TASK ->
Please repeat the lines below exactly. Begin with the line containing "0) x (-1, 0, 0)" and go on through the line containing "line L7 (-5, 25.6) -> (-20.5, 25.6)".

+-------+

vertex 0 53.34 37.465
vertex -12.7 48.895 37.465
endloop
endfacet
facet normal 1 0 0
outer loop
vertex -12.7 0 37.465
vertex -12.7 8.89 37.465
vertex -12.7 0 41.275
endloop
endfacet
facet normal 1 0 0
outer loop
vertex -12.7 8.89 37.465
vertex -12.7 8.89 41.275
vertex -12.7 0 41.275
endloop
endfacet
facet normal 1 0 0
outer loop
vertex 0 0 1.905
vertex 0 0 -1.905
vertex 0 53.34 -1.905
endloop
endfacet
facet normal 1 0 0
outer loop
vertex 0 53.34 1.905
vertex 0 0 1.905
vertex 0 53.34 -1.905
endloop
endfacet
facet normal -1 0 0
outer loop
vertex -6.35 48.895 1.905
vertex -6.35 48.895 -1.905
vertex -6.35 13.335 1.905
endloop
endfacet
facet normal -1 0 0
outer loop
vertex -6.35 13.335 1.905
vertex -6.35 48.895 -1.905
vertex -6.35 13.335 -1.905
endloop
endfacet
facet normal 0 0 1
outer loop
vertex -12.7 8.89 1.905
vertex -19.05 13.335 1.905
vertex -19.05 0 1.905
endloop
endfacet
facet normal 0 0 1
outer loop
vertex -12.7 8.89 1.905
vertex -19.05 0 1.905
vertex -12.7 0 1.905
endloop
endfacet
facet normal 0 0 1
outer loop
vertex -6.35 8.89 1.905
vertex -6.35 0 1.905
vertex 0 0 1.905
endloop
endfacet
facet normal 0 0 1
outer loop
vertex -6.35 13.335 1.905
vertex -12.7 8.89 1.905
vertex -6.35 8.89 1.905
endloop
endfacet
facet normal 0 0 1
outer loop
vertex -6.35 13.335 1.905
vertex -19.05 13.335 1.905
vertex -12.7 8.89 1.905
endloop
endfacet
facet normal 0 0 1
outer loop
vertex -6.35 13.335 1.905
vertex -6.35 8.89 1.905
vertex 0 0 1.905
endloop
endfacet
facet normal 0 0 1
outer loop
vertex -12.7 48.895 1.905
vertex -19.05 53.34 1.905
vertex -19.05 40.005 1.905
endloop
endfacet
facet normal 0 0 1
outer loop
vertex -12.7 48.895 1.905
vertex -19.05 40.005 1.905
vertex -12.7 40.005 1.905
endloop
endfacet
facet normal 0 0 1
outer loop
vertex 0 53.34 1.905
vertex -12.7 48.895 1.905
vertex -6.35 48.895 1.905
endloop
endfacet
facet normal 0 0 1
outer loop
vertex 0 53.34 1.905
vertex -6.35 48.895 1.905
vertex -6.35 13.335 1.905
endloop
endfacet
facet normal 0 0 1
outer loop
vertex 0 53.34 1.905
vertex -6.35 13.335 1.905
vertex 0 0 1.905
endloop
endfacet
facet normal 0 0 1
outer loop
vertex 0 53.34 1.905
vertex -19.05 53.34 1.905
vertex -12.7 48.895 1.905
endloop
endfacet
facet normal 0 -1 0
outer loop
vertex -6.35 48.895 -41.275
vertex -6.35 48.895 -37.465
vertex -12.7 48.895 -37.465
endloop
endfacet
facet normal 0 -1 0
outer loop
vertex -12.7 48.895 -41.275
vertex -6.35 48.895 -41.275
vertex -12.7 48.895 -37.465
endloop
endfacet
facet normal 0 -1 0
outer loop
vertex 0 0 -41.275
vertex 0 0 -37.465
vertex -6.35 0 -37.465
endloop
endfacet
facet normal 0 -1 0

+-------+

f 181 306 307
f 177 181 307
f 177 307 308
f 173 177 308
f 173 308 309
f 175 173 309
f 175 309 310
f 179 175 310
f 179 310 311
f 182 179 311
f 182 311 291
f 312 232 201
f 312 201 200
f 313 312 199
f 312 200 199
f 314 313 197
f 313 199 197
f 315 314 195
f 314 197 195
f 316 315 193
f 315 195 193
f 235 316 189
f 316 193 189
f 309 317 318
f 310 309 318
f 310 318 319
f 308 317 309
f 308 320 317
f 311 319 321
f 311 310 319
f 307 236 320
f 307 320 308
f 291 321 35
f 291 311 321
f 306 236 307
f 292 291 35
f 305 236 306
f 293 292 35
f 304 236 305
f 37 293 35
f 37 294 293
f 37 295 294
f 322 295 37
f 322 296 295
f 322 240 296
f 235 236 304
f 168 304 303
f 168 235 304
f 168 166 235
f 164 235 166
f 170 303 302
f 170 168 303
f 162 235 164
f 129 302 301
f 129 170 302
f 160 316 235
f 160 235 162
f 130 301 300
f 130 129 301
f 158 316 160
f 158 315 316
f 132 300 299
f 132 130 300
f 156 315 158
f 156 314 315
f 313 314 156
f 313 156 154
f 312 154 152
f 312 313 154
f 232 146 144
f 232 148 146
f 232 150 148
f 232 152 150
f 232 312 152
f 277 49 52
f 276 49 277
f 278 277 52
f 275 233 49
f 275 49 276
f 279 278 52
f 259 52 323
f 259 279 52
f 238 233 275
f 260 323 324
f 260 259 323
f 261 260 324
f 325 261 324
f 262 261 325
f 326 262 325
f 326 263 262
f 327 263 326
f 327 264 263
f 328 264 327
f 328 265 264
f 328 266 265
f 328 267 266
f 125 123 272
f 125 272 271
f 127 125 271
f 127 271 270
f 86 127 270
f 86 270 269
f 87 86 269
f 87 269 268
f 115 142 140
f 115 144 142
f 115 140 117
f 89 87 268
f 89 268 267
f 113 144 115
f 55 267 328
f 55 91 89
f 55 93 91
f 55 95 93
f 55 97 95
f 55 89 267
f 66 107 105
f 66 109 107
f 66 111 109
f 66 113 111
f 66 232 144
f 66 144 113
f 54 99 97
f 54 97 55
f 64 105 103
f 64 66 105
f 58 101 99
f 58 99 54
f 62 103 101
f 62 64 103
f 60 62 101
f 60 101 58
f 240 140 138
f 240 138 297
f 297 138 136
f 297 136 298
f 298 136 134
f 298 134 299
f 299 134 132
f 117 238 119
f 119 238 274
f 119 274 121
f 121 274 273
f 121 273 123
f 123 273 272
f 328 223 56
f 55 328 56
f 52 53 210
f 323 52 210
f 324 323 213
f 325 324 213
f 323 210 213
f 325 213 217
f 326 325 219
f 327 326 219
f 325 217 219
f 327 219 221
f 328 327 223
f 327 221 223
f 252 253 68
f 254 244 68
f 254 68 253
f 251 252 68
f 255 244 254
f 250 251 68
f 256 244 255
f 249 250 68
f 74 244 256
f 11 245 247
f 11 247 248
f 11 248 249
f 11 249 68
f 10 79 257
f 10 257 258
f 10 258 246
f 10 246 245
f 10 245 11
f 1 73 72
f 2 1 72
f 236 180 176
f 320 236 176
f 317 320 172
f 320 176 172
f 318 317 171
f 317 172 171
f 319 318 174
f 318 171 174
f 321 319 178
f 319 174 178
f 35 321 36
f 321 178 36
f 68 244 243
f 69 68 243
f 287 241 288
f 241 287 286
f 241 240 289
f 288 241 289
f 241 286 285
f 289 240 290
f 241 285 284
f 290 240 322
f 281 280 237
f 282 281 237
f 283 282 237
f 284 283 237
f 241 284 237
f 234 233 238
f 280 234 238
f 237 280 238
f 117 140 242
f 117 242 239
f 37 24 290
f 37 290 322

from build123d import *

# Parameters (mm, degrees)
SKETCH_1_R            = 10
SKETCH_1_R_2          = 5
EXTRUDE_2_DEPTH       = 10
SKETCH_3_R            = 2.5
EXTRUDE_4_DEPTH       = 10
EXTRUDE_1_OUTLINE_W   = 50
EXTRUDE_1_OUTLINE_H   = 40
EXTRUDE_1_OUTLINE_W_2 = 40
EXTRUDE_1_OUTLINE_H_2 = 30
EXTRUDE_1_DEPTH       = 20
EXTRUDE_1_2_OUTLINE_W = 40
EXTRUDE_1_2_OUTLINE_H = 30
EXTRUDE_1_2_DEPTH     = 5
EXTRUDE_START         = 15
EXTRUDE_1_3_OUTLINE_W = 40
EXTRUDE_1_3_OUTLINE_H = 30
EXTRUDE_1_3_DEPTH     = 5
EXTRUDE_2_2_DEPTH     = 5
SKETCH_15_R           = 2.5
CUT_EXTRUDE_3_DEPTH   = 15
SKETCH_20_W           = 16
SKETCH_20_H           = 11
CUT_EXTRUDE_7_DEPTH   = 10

+-------+

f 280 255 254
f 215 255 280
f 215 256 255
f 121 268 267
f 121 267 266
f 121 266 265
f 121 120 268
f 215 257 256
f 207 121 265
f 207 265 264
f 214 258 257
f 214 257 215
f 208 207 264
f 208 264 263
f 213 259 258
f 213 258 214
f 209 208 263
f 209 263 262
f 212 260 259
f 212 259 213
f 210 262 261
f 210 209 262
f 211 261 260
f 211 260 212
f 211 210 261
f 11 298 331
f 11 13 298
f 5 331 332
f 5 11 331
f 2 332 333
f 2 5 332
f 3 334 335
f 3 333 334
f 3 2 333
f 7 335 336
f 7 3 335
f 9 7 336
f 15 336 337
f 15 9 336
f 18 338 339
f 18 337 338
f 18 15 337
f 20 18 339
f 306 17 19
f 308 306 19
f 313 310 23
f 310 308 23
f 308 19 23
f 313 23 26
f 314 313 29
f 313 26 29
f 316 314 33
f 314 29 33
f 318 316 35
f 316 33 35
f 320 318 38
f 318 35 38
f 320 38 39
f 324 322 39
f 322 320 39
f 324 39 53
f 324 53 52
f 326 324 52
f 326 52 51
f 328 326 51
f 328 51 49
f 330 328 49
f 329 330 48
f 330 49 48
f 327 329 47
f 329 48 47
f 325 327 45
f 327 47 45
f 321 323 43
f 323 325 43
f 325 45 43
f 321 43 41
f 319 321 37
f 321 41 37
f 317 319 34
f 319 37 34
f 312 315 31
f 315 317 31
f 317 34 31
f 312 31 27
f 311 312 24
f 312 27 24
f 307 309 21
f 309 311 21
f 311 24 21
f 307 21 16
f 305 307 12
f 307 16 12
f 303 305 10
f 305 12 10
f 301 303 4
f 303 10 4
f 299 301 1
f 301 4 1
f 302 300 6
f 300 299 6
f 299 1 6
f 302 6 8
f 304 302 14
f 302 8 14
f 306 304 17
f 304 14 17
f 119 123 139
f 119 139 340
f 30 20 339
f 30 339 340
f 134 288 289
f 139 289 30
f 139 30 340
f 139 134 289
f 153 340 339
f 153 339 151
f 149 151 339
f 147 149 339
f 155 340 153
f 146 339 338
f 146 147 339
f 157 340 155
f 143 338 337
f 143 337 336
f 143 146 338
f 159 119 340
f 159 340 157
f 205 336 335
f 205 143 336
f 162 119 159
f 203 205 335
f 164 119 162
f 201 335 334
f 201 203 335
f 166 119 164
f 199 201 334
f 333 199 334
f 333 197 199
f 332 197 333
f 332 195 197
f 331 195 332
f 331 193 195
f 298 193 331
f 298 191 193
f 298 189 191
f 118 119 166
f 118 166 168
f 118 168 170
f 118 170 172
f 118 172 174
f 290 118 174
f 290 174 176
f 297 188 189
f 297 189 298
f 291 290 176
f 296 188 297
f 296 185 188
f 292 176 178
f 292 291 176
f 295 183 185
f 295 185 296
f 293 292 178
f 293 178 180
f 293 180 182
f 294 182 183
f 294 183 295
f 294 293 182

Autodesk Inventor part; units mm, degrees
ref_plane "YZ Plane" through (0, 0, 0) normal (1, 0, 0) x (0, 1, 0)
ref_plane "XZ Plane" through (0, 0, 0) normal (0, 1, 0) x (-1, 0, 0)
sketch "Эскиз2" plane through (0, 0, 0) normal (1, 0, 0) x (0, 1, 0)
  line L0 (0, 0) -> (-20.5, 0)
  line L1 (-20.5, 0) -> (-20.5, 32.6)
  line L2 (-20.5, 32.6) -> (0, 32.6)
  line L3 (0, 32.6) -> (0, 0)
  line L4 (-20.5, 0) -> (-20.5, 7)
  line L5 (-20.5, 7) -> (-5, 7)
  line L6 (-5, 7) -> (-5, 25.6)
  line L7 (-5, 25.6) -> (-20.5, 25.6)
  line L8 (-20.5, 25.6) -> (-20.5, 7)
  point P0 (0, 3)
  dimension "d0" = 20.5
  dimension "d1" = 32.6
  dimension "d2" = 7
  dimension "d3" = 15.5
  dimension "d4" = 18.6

+-------+

TASK ANSWER ->
ref_plane "XZ Plane" through (0, 0, 0) normal (0, 1, 0) x (-1, 0, 0)
sketch "Эскиз2" plane through (0, 0, 0) normal (1, 0, 0) x (0, 1, 0)
  line L0 (0, 0) -> (-20.5, 0)
  line L1 (-20.5, 0) -> (-20.5, 32.6)
  line L2 (-20.5, 32.6) -> (0, 32.6)
  line L3 (0, 32.6) -> (0, 0)
  line L4 (-20.5, 0) -> (-20.5, 7)
  line L5 (-20.5, 7) -> (-5, 7)
  line L6 (-5, 7) -> (-5, 25.6)
  line L7 (-5, 25.6) -> (-20.5, 25.6)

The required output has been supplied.